I’ve now found the full thing on the internet archive. Enjoy, on Wednesday, and pay special attention to when DJ Bob Francis thanks the band and what happens next. It was a different time.
Also, we all know "We’ve only just begun”. I’d always heard that it was a jingle for a bank. Richard Carpenter saw the ad on TV and asked the writer for extra verses.
I’ve just found the jingle. If you’re like me (you’re probably not) it’ll bring on tears:
And here’s the story behind it, from advertising legend Hal Riney:
I did a campaign in the late sixties for a bank. They were an old fashioned bank with old fashioned customers, all of whom were either dying or about to, and they were trying to replace those people with younger customers.

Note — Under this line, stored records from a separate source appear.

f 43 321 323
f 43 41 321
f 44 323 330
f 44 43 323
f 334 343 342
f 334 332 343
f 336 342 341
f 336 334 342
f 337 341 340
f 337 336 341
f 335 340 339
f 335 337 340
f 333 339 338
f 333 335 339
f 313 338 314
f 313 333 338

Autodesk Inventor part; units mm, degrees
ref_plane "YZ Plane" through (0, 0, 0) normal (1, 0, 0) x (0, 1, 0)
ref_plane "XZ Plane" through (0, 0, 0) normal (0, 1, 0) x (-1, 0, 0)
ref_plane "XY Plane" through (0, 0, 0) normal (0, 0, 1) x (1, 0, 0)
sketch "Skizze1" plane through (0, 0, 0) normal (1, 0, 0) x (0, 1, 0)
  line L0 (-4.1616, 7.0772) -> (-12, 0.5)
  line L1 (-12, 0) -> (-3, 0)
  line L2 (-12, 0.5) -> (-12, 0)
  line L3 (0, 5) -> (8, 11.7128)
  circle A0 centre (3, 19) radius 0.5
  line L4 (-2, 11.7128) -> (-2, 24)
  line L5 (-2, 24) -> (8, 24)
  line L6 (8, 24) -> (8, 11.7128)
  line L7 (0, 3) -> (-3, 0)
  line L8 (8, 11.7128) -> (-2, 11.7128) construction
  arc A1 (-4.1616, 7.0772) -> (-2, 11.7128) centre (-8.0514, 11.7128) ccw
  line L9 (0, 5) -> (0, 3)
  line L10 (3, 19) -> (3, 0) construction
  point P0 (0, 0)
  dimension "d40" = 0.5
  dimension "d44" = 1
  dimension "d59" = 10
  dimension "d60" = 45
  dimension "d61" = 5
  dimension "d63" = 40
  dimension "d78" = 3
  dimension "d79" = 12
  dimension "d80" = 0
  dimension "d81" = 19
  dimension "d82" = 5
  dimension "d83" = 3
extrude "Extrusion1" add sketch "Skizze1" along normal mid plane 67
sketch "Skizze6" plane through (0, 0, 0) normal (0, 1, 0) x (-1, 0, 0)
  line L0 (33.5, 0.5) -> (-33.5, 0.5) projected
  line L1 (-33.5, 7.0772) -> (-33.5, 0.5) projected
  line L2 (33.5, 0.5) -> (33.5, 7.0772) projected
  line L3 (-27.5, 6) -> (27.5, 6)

I decided there wasn't anything to talk about, so I went to the president of the bank and said “what we ought to do is take some of your money, and go out and get a whole bunch songwriters to write a song about young people and their lives and how their lives are changing and things like that”.
They came in in swarms, asking for money and stuff like that, and the bank finally decided it didn't want them there because they didn't have any money or collateral.
But, in the meantime what they did with the campaign is they franchised it to banks all over the country.